PROBLEM STATEMENT: As the answer, set down the lines below from the one containing "BOSS_EXTRUDE2_DEPTH = 5" through the one containing "# FreeCAD 1.0 macro for this part", exactly and inclusively, and no others.

DATA LISTING:
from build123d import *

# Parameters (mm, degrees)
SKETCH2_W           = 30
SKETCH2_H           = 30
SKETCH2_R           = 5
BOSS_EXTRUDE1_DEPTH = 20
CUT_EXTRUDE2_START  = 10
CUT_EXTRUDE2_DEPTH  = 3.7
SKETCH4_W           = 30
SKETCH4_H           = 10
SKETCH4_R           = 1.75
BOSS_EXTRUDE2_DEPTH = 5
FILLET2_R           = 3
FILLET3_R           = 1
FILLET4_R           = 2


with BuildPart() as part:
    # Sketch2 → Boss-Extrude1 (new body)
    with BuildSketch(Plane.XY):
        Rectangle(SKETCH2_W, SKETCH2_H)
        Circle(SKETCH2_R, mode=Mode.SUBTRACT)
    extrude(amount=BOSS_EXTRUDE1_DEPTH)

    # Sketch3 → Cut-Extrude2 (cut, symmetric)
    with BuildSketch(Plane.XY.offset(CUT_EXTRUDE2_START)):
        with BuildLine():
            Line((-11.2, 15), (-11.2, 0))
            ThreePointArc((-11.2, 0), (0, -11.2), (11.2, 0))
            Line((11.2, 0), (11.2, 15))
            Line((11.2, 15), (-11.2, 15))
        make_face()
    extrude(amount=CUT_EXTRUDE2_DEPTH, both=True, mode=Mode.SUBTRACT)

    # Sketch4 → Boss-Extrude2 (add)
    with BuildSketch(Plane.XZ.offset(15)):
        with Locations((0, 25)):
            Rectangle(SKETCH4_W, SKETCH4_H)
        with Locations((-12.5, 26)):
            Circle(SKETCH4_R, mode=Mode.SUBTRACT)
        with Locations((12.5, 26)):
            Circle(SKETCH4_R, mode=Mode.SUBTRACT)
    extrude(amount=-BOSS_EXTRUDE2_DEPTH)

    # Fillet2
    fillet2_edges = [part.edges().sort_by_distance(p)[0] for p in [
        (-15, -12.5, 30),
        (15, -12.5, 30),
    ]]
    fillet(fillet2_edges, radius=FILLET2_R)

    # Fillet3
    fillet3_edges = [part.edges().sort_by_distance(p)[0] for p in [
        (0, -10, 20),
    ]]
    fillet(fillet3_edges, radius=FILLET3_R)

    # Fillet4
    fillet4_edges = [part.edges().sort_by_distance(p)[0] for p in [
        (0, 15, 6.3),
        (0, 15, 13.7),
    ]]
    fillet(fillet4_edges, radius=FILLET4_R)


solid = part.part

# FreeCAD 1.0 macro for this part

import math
import FreeCAD as App
import Part
import Sketcher
from FreeCAD import Vector
Q = App.Units.Quantity


def edges_at(feature, points):
    """Names of the edges that pass closest to the given points."""
    edges = feature.Shape.Edges
    near = lambda p: min(range(len(edges)), key=lambda i: edges[i].distToShape(Part.Vertex(*p))[0])
    return sorted({f"Edge{near(p) + 1}" for p in points})

doc = App.newDocument("Part")
body = doc.addObject("PartDesign::Body", "Body")

sketch1 = body.newObject("Sketcher::SketchObject", "Sketch")
sketch1.AttachmentSupport = (doc.getObject("XY_Plane"), [""])
sketch1.MapMode = "FlatFace"
sketch1.addGeometry([
    Part.LineSegment(Vector(-15, 15, 0), Vector(-15, -15, 0)),
    Part.LineSegment(Vector(-15, -15, 0), Vector(15, -15, 0)),
    Part.LineSegment(Vector(15, -15, 0), Vector(15, 15, 0)),
    Part.LineSegment(Vector(15, 15, 0), Vector(-15, 15, 0)),
    Part.Circle(Vector(0, 0, 0), Vector(0, 0, 1), 5),
], False)
sketch1.addConstraint([
    Sketcher.Constraint("Coincident", 0, 2, 1, 1),
    Sketcher.Constraint("Coincident", 1, 2, 2, 1),
    Sketcher.Constraint("Coincident", 2, 2, 3, 1),
    Sketcher.Constraint("Coincident", 3, 2, 0, 1),
    Sketcher.Constraint("Vertical", 0),
    Sketcher.Constraint("Horizontal", 1),
    Sketcher.Constraint("Vertical", 2),
    Sketcher.Constraint("Horizontal", 3),
    Sketcher.Constraint("Coincident", 4, 3, -1, 1),
    Sketcher.Constraint("Symmetric", 0, 2, 2, 2, -1, 1),
    Sketcher.Constraint("Equal", 3, 0),
    Sketcher.Constraint("Diameter", 4, Q("10 mm")),
    Sketcher.Constraint("DistanceX", 1, 1, 1, 2, Q("30 mm")),
])
pad1 = body.newObject("PartDesign::Pad", "Pad")
pad1.Profile = sketch1
pad1.Length = 20

sketch2 = body.newObject("Sketcher::SketchObject", "Sketch001")
sketch2.AttachmentSupport = (doc.getObject("XY_Plane"), [""])
sketch2.MapMode = "FlatFace"
sketch2.AttachmentOffset = App.Placement(Vector(0, 0, 10), App.Rotation())
sketch2.addGeometry([
    Part.LineSegment(Vector(-11, 15, 0), Vector(-11, 0, 0)),
    Part.ArcOfCircle(Part.Circle(Vector(0, 0, 0), Vector(0, 0, 1), 11), math.radians(180), math.radians(360)),
    Part.LineSegment(Vector(11, 0, 0), Vector(11, 15, 0)),
    Part.LineSegment(Vector(11, 15, 0), Vector(-11, 15, 0)),
], False)
sketch2.addConstraint([
    Sketcher.Constraint("Tangent", 0, 2, 1, 1),
    Sketcher.Constraint("Tangent", 1, 2, 2, 1),
    Sketcher.Constraint("Coincident", 2, 2, 3, 1),
    Sketcher.Constraint("Coincident", 3, 2, 0, 1),
    Sketcher.Constraint("Vertical", 0),
    Sketcher.Constraint("Vertical", 2),
    Sketcher.Constraint("Horizontal", 3),
    Sketcher.Constraint("Coincident", 1, 3, -1, 1),
    Sketcher.Constraint("Radius", 1, Q("11.2 mm")),
    Sketcher.Constraint("DistanceY", 0, 2, 0, 1, Q("15 mm")),
])
pocket1 = body.newObject("PartDesign::Pocket", "Pocket")
pocket1.Profile = sketch2
pocket1.Length = 7.4
pocket1.Midplane = True

sketch3 = body.newObject("Sketcher::SketchObject", "Sketch002")
sketch3.AttachmentSupport = (doc.getObject("XZ_Plane"), [""])
sketch3.MapMode = "FlatFace"
sketch3.AttachmentOffset = App.Placement(Vector(0, 0, 15), App.Rotation())
sketch3.addGeometry([
    Part.LineSegment(Vector(-15, 30, 0), Vector(-15, 20, 0)),
    Part.LineSegment(Vector(-15, 20, 0), Vector(15, 20, 0)),
    Part.LineSegment(Vector(15, 20, 0), Vector(15, 30, 0)),
    Part.LineSegment(Vector(15, 30, 0), Vector(-15, 30, 0)),
    Part.Circle(Vector(-12.5, 26, 0), Vector(0, 0, 1), 1.8),
    Part.Circle(Vector(12.5, 26, 0), Vector(0, 0, 1), 1.8),
], False)
sketch3.addConstraint([
    Sketcher.Constraint("Coincident", 0, 2, 1, 1),
    Sketcher.Constraint("Coincident", 1, 2, 2, 1),
    Sketcher.Constraint("Coincident", 2, 2, 3, 1),
    Sketcher.Constraint("Coincident", 3, 2, 0, 1),
    Sketcher.Constraint("Vertical", 0),
    Sketcher.Constraint("Horizontal", 1),
    Sketcher.Constraint("Vertical", 2),
    Sketcher.Constraint("Horizontal", 3),
    Sketcher.Constraint("Equal", 4, 5),
    Sketcher.Constraint("Symmetric", 4, 3, 5, 3, -2),
    Sketcher.Constraint("Diameter", 4, Q("3.5 mm")),
    Sketcher.Constraint("DistanceX", 1, 1, 1, 2, Q("30 mm")),
    Sketcher.Constraint("DistanceY", 0, 2, 0, 1, Q("10 mm")),
    Sketcher.Constraint("DistanceY", -1, 1, 4, 3, Q("26 mm")),
    Sketcher.Constraint("DistanceX", 0, 2, -1, 1, Q("15 mm")),
    Sketcher.Constraint("DistanceY", -1, 1, 0, 2, Q("20 mm")),
    Sketcher.Constraint("DistanceX", 4, 3, 5, 3, Q("25 mm")),
])
pad2 = body.newObject("PartDesign::Pad", "Pad001")
pad2.Profile = sketch3
pad2.Length = 5
pad2.Reversed = True
doc.recompute()

fillet = body.newObject("PartDesign::Fillet", "Fillet")
fillet.Base = (pad2, edges_at(pad2, [(-15, -12.5, 30), (15, -12.5, 30)]))
fillet.Radius = 3
doc.recompute()

fillet2 = body.newObject("PartDesign::Fillet", "Fillet001")
fillet2.Base = (fillet, edges_at(fillet, [(0, -10, 20)]))
fillet2.Radius = 1
doc.recompute()

fillet3 = body.newObject("PartDesign::Fillet", "Fillet002")
fillet3.Base = (fillet2, edges_at(fillet2, [(0, 15, 6.3), (0, 15, 13.7)]))
fillet3.Radius = 2

doc.recompute()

EXERCISE OUTPUT:
BOSS_EXTRUDE2_DEPTH = 5
FILLET2_R           = 3
FILLET3_R           = 1
FILLET4_R           = 2


with BuildPart() as part:
    # Sketch2 → Boss-Extrude1 (new body)
    with BuildSketch(Plane.XY):
        Rectangle(SKETCH2_W, SKETCH2_H)
        Circle(SKETCH2_R, mode=Mode.SUBTRACT)
    extrude(amount=BOSS_EXTRUDE1_DEPTH)

    # Sketch3 → Cut-Extrude2 (cut, symmetric)
    with BuildSketch(Plane.XY.offset(CUT_EXTRUDE2_START)):
        with BuildLine():
            Line((-11.2, 15), (-11.2, 0))
            ThreePointArc((-11.2, 0), (0, -11.2), (11.2, 0))
            Line((11.2, 0), (11.2, 15))
            Line((11.2, 15), (-11.2, 15))
        make_face()
    extrude(amount=CUT_EXTRUDE2_DEPTH, both=True, mode=Mode.SUBTRACT)

    # Sketch4 → Boss-Extrude2 (add)
    with BuildSketch(Plane.XZ.offset(15)):
        with Locations((0, 25)):
            Rectangle(SKETCH4_W, SKETCH4_H)
        with Locations((-12.5, 26)):
            Circle(SKETCH4_R, mode=Mode.SUBTRACT)
        with Locations((12.5, 26)):
            Circle(SKETCH4_R, mode=Mode.SUBTRACT)
    extrude(amount=-BOSS_EXTRUDE2_DEPTH)

    # Fillet2
    fillet2_edges = [part.edges().sort_by_distance(p)[0] for p in [
        (-15, -12.5, 30),
        (15, -12.5, 30),
    ]]
    fillet(fillet2_edges, radius=FILLET2_R)

    # Fillet3
    fillet3_edges = [part.edges().sort_by_distance(p)[0] for p in [
        (0, -10, 20),
    ]]
    fillet(fillet3_edges, radius=FILLET3_R)

    # Fillet4
    fillet4_edges = [part.edges().sort_by_distance(p)[0] for p in [
        (0, 15, 6.3),
        (0, 15, 13.7),
    ]]
    fillet(fillet4_edges, radius=FILLET4_R)


solid = part.part

# FreeCAD 1.0 macro for this part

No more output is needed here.